Budleigh residents to have say on Otter restoration project
PUBLISHED: 14:12 30 May 2017
Budleigh residents will have a chance to have their say on controversial plans which could see the reintroduction of tidal flooding to the River Otter.
The Lower Otter Restoration Project (LORP) has been investigating ways to relieve the pressure on 200-year-old sea defences at the mouth of the river.
Historically, areas surrounding the river have been prone to flooding, including Budleigh Salterton Cricket Club and South Farm Road.
While details of the options are yet to be released, it is believed that one of them involves the reintroduction of tidal flooding, meaning that land surrounding the lower end of the estuary would be reclaimed by the river.
This would force the relocation of the cricket club and see the creation of a new raised footpath in South Farm Road.
Project partners, Clinton Devon Estates, Pebblebed Heaths Conservation Trust and the Environment Agency, are holding a consultation event at Temple Methodist Church, in Fore Street, on Wednesday, July 5, where residents will have the chance to have their say.
Dr Sam Bridgewater, Clinton Devon Estates’ head of wildlife and conservation, said: “We want to work with nature, rather than against it, in the face of continuing climate change which is resulting in rising sea levels and increased erosion.

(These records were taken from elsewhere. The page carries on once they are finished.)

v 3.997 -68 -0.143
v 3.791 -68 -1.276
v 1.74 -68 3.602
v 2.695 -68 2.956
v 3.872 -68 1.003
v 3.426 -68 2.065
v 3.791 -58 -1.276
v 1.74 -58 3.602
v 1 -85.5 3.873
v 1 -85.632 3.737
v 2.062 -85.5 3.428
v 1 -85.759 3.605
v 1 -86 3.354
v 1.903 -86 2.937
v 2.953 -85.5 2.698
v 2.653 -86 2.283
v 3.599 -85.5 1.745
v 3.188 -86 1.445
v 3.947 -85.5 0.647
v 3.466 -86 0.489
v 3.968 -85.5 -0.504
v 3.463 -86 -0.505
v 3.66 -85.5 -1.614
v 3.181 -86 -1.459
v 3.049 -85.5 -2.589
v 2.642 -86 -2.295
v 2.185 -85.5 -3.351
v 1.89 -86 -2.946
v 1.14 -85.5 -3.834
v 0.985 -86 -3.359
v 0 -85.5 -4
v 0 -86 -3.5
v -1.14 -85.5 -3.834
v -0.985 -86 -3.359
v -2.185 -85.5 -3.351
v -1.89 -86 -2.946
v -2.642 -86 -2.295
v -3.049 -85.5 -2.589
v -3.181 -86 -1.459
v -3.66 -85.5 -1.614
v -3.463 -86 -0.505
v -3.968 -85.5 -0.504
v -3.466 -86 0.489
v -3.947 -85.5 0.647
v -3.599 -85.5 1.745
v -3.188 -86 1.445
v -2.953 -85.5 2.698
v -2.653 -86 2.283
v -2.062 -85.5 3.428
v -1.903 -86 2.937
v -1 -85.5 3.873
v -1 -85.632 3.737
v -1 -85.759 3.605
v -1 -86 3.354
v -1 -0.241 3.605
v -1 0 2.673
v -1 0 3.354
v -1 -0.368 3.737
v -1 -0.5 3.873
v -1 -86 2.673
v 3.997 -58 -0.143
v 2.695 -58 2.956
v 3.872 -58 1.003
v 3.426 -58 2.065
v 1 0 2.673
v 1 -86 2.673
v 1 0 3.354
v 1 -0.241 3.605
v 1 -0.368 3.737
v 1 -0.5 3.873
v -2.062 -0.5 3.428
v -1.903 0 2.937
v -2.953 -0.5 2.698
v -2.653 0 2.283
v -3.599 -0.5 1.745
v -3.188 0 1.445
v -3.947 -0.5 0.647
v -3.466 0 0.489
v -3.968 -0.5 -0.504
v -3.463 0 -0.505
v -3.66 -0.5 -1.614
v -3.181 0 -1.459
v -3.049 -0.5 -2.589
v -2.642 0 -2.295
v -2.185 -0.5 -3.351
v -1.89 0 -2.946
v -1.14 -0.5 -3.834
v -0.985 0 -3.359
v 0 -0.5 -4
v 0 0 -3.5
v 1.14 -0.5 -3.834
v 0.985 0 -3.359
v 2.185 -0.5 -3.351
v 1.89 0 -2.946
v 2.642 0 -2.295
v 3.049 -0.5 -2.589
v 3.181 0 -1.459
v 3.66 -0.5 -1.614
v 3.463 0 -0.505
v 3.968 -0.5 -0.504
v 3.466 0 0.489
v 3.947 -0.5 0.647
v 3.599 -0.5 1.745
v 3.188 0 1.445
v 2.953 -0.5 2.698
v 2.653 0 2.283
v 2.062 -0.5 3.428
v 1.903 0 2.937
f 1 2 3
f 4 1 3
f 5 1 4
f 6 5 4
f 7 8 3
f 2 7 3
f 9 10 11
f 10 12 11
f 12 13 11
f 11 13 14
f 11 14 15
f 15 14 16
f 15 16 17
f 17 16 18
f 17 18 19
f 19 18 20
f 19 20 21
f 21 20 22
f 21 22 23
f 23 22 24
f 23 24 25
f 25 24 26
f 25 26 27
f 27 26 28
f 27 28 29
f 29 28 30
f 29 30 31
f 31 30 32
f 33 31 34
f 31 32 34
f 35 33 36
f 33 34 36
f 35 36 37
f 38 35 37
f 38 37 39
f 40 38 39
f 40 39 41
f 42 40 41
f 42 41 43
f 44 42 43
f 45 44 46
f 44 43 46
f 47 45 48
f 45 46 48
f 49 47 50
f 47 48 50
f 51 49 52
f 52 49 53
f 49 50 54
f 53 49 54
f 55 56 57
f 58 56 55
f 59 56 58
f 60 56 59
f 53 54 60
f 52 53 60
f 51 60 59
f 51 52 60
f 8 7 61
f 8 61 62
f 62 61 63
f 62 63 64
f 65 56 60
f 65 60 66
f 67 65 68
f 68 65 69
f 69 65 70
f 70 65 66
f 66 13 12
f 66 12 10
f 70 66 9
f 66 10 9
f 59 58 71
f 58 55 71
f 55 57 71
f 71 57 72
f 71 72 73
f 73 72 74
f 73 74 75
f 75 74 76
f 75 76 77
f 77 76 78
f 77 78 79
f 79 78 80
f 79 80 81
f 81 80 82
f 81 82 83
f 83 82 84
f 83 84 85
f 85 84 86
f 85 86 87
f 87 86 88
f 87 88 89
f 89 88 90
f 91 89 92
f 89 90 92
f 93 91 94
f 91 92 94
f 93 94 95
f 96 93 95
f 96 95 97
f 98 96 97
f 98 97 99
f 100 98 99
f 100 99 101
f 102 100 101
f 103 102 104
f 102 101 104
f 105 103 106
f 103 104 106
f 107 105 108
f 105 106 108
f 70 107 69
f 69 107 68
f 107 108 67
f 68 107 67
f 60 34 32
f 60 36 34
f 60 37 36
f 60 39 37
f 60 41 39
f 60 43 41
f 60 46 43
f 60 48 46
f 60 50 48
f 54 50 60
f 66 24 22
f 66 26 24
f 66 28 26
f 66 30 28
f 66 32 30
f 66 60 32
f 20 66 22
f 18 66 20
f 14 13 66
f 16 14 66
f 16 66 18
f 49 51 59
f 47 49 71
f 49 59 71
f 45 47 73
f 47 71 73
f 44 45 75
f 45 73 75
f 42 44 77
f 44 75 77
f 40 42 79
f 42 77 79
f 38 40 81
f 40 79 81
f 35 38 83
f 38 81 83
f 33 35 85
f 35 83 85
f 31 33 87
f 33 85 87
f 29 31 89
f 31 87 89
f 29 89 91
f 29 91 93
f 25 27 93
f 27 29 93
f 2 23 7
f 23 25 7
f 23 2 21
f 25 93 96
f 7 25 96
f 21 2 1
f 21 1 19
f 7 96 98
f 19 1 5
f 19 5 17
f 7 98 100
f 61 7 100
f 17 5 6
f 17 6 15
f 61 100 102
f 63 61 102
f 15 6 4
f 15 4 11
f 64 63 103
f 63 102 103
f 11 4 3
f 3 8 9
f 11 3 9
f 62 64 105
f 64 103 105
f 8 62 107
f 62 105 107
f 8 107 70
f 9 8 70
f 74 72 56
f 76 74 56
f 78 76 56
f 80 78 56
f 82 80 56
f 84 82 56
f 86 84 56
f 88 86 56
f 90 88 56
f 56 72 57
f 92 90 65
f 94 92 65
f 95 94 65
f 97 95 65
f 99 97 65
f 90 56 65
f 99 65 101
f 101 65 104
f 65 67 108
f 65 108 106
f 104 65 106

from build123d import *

# Parameters (mm, degrees)
F0_R     = 4
F1_DEPTH = 86
F2_W     = 2
F2_H     = 2.6729833462
F3_DEPTH = 86.001
F4_SIZE  = 0.5
F7_W     = 10
F7_H     = 16.0862193677
F8_DEPTH = 2.1892940191


with BuildPart() as f1:
    # F0 (on Front) → F1 (new body)
    with BuildSketch(Plane.XZ):
        Circle(F0_R)
    extrude(amount=F1_DEPTH)

    # F2 (on face) → F3 (cut, through all)
    with BuildSketch(Plane.XZ.offset(86)):
        with Locations((0, 4.0094750193)):
            Rectangle(F2_W, F2_H)
    extrude(amount=-F3_DEPTH, mode=Mode.SUBTRACT)

    # F4
    f4_edges = [f1.edges().sort_by_distance(p)[0] for p in [
        (0, -86, -4),
        (0, 0, -4),
    ]]
    chamfer(f4_edges, length=F4_SIZE)

    # F7 (on face) → F8 (cut, through all)
    with BuildSketch(Plane(origin=(2.7655894548, 0, 1.1625467594), x_dir=(0, -1, 0), z_dir=(-0.9218631516, 0, -0.3875155865))):
        with Locations((63, 0.6007021293)):
            Rectangle(F7_W, F7_H)
    extrude(amount=-F8_DEPTH, mode=Mode.SUBTRACT)


solid = f1.part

“If we do nothing, there is a danger public footpaths will be lost, and there will be continued flooding of the road near South Farm and the cricket club.
“Now that we have produced four options which we believe may help us achieve our objectives, we want to discuss them directly with local people to see what they think.”
During this phase of the project, LORP is seeking funding for the potential relocation of the cricket club, which sits on the banks of the river.
The next phase would involve seeking planning approval.
Full details of the four options will be available at the consultation event between noon and 7pm.
The material from the exhibition will also be available online the following day, and feedback can be given on the day or via the website www.lowerotterrestorationproject.co.uk, where people can also find out more about the background to the project.